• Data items
┏━━

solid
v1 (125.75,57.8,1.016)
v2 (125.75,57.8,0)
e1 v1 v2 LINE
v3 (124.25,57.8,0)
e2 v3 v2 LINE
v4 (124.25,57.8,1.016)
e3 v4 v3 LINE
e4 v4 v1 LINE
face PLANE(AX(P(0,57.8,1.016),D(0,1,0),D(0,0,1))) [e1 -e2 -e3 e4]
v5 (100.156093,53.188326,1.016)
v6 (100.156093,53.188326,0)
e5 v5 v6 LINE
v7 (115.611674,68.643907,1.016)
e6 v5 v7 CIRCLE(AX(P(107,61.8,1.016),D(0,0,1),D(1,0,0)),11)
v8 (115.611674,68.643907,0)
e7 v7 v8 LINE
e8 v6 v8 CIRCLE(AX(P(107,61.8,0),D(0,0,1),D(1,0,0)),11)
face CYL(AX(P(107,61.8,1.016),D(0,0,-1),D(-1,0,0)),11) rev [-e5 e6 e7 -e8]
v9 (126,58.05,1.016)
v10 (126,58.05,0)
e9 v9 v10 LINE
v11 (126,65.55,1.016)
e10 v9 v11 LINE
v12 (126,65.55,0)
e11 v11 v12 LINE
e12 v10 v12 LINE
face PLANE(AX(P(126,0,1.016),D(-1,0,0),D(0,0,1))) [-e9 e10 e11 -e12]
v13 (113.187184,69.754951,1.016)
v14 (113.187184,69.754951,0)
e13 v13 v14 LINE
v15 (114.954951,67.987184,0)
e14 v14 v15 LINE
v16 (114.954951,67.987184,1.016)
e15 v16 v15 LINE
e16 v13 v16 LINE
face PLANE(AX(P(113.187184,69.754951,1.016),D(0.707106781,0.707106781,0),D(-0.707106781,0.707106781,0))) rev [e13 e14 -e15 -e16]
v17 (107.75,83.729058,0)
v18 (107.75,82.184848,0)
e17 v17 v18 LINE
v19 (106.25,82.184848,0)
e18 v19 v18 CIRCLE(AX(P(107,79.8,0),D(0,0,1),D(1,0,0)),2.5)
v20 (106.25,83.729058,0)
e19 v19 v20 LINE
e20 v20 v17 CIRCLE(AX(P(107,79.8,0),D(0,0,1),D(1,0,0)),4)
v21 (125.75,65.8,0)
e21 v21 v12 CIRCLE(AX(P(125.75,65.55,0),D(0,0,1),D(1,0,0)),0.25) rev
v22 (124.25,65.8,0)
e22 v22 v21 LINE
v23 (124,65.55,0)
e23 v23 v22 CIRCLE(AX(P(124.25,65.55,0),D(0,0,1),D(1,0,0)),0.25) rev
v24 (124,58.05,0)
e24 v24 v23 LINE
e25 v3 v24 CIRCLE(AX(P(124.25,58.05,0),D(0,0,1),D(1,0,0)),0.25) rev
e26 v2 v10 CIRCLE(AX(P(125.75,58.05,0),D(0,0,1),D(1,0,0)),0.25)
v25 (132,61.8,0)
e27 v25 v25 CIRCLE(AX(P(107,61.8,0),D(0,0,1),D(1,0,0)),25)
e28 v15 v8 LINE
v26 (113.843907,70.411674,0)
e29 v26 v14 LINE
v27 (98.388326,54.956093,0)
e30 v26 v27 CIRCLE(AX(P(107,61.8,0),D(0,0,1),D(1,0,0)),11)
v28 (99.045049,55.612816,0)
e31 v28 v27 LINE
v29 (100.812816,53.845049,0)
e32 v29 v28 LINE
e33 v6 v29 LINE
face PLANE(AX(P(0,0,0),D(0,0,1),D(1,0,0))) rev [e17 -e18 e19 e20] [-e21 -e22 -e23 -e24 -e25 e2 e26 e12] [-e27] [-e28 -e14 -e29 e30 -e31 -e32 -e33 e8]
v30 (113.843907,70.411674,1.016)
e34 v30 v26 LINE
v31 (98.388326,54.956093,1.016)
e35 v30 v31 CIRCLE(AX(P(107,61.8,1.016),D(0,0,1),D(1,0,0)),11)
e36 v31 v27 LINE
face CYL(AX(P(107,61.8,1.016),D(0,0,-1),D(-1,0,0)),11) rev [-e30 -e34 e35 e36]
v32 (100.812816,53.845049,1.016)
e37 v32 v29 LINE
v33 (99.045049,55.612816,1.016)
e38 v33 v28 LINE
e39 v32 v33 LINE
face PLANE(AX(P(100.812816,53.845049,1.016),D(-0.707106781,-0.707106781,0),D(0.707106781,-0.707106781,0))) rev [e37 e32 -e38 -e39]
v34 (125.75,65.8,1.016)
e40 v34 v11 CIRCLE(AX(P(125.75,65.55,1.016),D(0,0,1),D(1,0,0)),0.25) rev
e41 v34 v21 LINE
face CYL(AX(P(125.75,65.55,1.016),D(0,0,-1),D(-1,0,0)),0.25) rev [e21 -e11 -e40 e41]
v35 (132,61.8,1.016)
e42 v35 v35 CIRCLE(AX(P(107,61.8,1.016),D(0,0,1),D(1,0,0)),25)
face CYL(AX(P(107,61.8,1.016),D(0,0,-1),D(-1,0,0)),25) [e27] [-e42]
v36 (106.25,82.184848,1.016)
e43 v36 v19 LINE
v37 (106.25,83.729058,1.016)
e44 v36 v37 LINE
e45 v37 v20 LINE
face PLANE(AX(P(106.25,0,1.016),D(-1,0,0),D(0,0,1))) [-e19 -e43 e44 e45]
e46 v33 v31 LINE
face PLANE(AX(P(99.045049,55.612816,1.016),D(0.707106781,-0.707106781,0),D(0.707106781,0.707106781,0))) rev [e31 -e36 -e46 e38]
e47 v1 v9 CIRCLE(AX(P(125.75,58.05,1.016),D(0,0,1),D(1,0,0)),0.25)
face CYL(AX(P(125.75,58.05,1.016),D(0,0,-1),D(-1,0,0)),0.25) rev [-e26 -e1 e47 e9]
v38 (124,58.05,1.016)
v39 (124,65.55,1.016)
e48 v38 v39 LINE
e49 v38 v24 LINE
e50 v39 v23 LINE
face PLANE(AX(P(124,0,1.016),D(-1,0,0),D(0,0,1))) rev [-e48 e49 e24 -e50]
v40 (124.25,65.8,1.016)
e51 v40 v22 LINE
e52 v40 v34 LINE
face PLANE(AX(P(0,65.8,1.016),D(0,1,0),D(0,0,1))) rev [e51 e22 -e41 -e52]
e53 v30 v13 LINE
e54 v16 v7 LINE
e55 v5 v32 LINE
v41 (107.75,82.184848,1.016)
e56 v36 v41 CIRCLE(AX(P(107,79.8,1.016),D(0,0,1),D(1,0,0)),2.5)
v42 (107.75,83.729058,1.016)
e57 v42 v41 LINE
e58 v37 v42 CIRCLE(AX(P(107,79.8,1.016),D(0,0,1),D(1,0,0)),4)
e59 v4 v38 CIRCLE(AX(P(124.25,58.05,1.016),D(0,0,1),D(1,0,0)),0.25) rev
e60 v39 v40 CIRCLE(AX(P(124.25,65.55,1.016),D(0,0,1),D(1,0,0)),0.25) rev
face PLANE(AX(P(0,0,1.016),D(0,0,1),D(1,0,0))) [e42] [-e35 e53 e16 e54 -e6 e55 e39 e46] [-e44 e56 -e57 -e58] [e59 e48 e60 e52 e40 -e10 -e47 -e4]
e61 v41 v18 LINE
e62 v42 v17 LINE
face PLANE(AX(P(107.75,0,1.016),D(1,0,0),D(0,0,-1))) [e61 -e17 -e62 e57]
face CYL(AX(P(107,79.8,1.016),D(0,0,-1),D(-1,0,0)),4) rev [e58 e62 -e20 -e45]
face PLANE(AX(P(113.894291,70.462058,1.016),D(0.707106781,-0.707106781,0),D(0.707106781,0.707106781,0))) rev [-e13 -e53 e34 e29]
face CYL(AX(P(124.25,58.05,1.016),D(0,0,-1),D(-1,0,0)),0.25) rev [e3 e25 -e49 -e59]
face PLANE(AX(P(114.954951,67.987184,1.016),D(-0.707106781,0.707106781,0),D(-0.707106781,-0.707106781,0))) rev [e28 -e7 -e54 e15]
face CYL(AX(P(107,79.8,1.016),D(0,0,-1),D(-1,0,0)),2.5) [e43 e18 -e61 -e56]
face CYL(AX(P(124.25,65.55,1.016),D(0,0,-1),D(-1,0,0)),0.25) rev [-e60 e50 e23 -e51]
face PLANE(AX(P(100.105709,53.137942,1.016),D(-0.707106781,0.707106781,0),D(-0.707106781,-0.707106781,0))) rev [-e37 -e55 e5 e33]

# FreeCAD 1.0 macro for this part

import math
import FreeCAD as App
import Part
import Sketcher
Q = App.Units.Quantity

doc = App.newDocument("Part")
body = doc.addObject("PartDesign::Body", "Body")

# Sketch on XY plane
sketch1 = body.newObject("Sketcher::SketchObject", "Sketch")
sketch1.AttachmentSupport = (doc.getObject("XY_Plane"), [""])
sketch1.MapMode = "FlatFace"
sketch1.addGeometry([
    Part.Circle(App.Vector(107, 61.8, 0), App.Vector(0, 0, 1), 25),  # 0
    Part.ArcOfCircle(Part.Circle(App.Vector(107, 61.8, 0), App.Vector(0, 0, 1), 11), math.radians(52), math.radians(218)),  # 1
    Part.LineSegment(App.Vector(113.8, 70.4, 0), App.Vector(113.2, 69.8, 0)),  # 2
    Part.LineSegment(App.Vector(113.2, 69.8, 0), App.Vector(115, 68, 0)),  # 3
    Part.LineSegment(App.Vector(115, 68, 0), App.Vector(115.6, 68.6, 0)),  # 4
    Part.ArcOfCircle(Part.Circle(App.Vector(107, 61.8, 0), App.Vector(0, 0, 1), 11), math.radians(-128), math.radians(38)),  # 5
    Part.LineSegment(App.Vector(100.2, 53.2, 0), App.Vector(100.8, 53.8, 0)),  # 6
    Part.LineSegment(App.Vector(100.8, 53.8, 0), App.Vector(99, 55.6, 0)),  # 7
    Part.LineSegment(App.Vector(99, 55.6, 0), App.Vector(98.4, 55, 0)),  # 8
], False)
sketch1.addConstraint([
    Sketcher.Constraint("Coincident", 1, 1, 2, 1),
    Sketcher.Constraint("Coincident", 2, 2, 3, 1),
    Sketcher.Constraint("Coincident", 3, 2, 4, 1),
    Sketcher.Constraint("Coincident", 4, 2, 5, 2),
    Sketcher.Constraint("Coincident", 5, 1, 6, 1),
    Sketcher.Constraint("Coincident", 6, 2, 7, 1),
    Sketcher.Constraint("Coincident", 7, 2, 8, 1),
    Sketcher.Constraint("Coincident", 8, 2, 1, 2),
    Sketcher.Constraint("Coincident", 1, 3, 0, 3),
    Sketcher.Constraint("Coincident", 5, 3, 0, 3),
    Sketcher.Constraint("Equal", 1, 5),
    Sketcher.Constraint("Perpendicular", 2, 3),
    Sketcher.Constraint("Perpendicular", 3, 4),
    Sketcher.Constraint("Parallel", 4, 6),
    Sketcher.Constraint("Perpendicular", 6, 7),
    Sketcher.Constraint("Perpendicular", 7, 8),
    Sketcher.Constraint("Equal", 2, 4),
    Sketcher.Constraint("Equal", 4, 6),
    Sketcher.Constraint("Equal", 3, 7),
    Sketcher.Constraint("Equal", 6, 8),
    Sketcher.Constraint("Diameter", 0, 50.0),
    Sketcher.Constraint("Radius", 1, 11.0),
    Sketcher.Constraint("Angle", 2, Q("-135 deg")),
    Sketcher.Constraint("DistanceX", -1, 1, 0, 3, 107.0),
    Sketcher.Constraint("Distance", 3, 2.5),
    Sketcher.Constraint("DistanceY", -1, 1, 0, 3, 61.8),
    Sketcher.Constraint("DistanceY", -1, 1, 2, 2, 69.754951),
])
pad1 = body.newObject("PartDesign::Pad", "Pad")
pad1.Profile = sketch1
pad1.Length = 1.016

# Sketch on XY plane
sketch2 = body.newObject("Sketcher::SketchObject", "Sketch001")
sketch2.AttachmentSupport = (doc.getObject("XY_Plane"), [""])
sketch2.MapMode = "FlatFace"
sketch2.addGeometry([
    Part.ArcOfCircle(Part.Circle(App.Vector(107, 79.8, 0), App.Vector(0, 0, 1), 2.5), math.radians(107), math.radians(433)),  # 0
    Part.LineSegment(App.Vector(106.25, 82.18, 0), App.Vector(106.25, 83.73, 0)),  # 1
    Part.ArcOfCircle(Part.Circle(App.Vector(107, 79.8, 0), App.Vector(0, 0, 1), 4), math.radians(101), math.radians(439)),  # 2
    Part.LineSegment(App.Vector(107.75, 83.73, 0), App.Vector(107.75, 82.18, 0)),  # 3
    Part.ArcOfCircle(Part.Circle(App.Vector(124.25, 65.55, 0), App.Vector(0, 0, 1), 0.25), math.radians(90), math.radians(180)),  # 4
    Part.LineSegment(App.Vector(124, 65.55, 0), App.Vector(124, 58.05, 0)),  # 5
    Part.ArcOfCircle(Part.Circle(App.Vector(124.25, 58.05, 0), App.Vector(0, 0, 1), 0.25), math.radians(180), math.radians(270)),  # 6
    Part.LineSegment(App.Vector(124.25, 57.8, 0), App.Vector(125.75, 57.8, 0)),  # 7
    Part.ArcOfCircle(Part.Circle(App.Vector(125.75, 58.05, 0), App.Vector(0, 0, 1), 0.25), math.radians(-90), math.radians(0)),  # 8
    Part.LineSegment(App.Vector(126, 58.05, 0), App.Vector(126, 65.55, 0)),  # 9
    Part.ArcOfCircle(Part.Circle(App.Vector(125.75, 65.55, 0), App.Vector(0, 0, 1), 0.25), math.radians(0), math.radians(90)),  # 10
    Part.LineSegment(App.Vector(125.75, 65.8, 0), App.Vector(124.25, 65.8, 0)),  # 11
], False)
sketch2.addConstraint([
    Sketcher.Constraint("Coincident", 0, 1, 1, 1),
    Sketcher.Constraint("Coincident", 1, 2, 2, 1),
    Sketcher.Constraint("Coincident", 2, 2, 3, 1),
    Sketcher.Constraint("Coincident", 3, 2, 0, 2),
    Sketcher.Constraint("Tangent", 4, 2, 5, 1),
    Sketcher.Constraint("Tangent", 5, 2, 6, 1),
    Sketcher.Constraint("Tangent", 6, 2, 7, 1),
    Sketcher.Constraint("Tangent", 7, 2, 8, 1),
    Sketcher.Constraint("Tangent", 8, 2, 9, 1),
    Sketcher.Constraint("Tangent", 9, 2, 10, 1),
    Sketcher.Constraint("Tangent", 10, 2, 11, 1),
    Sketcher.Constraint("Tangent", 11, 2, 4, 1),
    Sketcher.Constraint("Vertical", 1),
    Sketcher.Constraint("Vertical", 3),
    Sketcher.Constraint("Vertical", 5),
    Sketcher.Constraint("Horizontal", 7),
    Sketcher.Constraint("Vertical", 9),
    Sketcher.Constraint("Horizontal", 11),
    Sketcher.Constraint("Coincident", 2, 3, 0, 3),
    Sketcher.Constraint("Equal", 4, 6),
    Sketcher.Constraint("Equal", 6, 8),
    Sketcher.Constraint("Equal", 8, 10),
    Sketcher.Constraint("Horizontal", 1, 2, 2, 2),
    Sketcher.Constraint("Radius", 2, 4.0),
    Sketcher.Constraint("Radius", 0, 2.5),
    Sketcher.Constraint("Radius", 4, 0.25),
    Sketcher.Constraint("DistanceX", 7, 1, 7, 2, 1.5),
    Sketcher.Constraint("DistanceY", 5, 2, 5, 1, 7.5),
    Sketcher.Constraint("DistanceX", -1, 1, 0, 3, 107.0),
    Sketcher.Constraint("DistanceX", -1, 1, 4, 2, 124.0),
    Sketcher.Constraint("DistanceX", 0, 1, 4, 3, 18.0),
    Sketcher.Constraint("DistanceY", -1, 1, 0, 3, 79.8),
    Sketcher.Constraint("DistanceY", -1, 1, 6, 2, 57.8),
])
pocket1 = body.newObject("PartDesign::Pocket", "Pocket")
pocket1.Profile = sketch2
pocket1.Type = "ThroughAll"
pocket1.Reversed = True

doc.recompute()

┗━━

• Task description
Beginning with the line that has "face PLANE(AX(P(107.75,0,1.016),D(1,0,0),D(0,0,-1))) [e61" and ending with the line that has "face CYL(AX(P(107,79.8,1.016),D(0,0,-1),D(-1,0,0)),2.5) [e43", set down the lines above exactly and include no others.

• Result
face PLANE(AX(P(107.75,0,1.016),D(1,0,0),D(0,0,-1))) [e61 -e17 -e62 e57]
face CYL(AX(P(107,79.8,1.016),D(0,0,-1),D(-1,0,0)),4) rev [e58 e62 -e20 -e45]
face PLANE(AX(P(113.894291,70.462058,1.016),D(0.707106781,-0.707106781,0),D(0.707106781,0.707106781,0))) rev [-e13 -e53 e34 e29]
face CYL(AX(P(124.25,58.05,1.016),D(0,0,-1),D(-1,0,0)),0.25) rev [e3 e25 -e49 -e59]
face PLANE(AX(P(114.954951,67.987184,1.016),D(-0.707106781,0.707106781,0),D(-0.707106781,-0.707106781,0))) rev [e28 -e7 -e54 e15]
face CYL(AX(P(107,79.8,1.016),D(0,0,-1),D(-1,0,0)),2.5) [e43 e18 -e61 -e56]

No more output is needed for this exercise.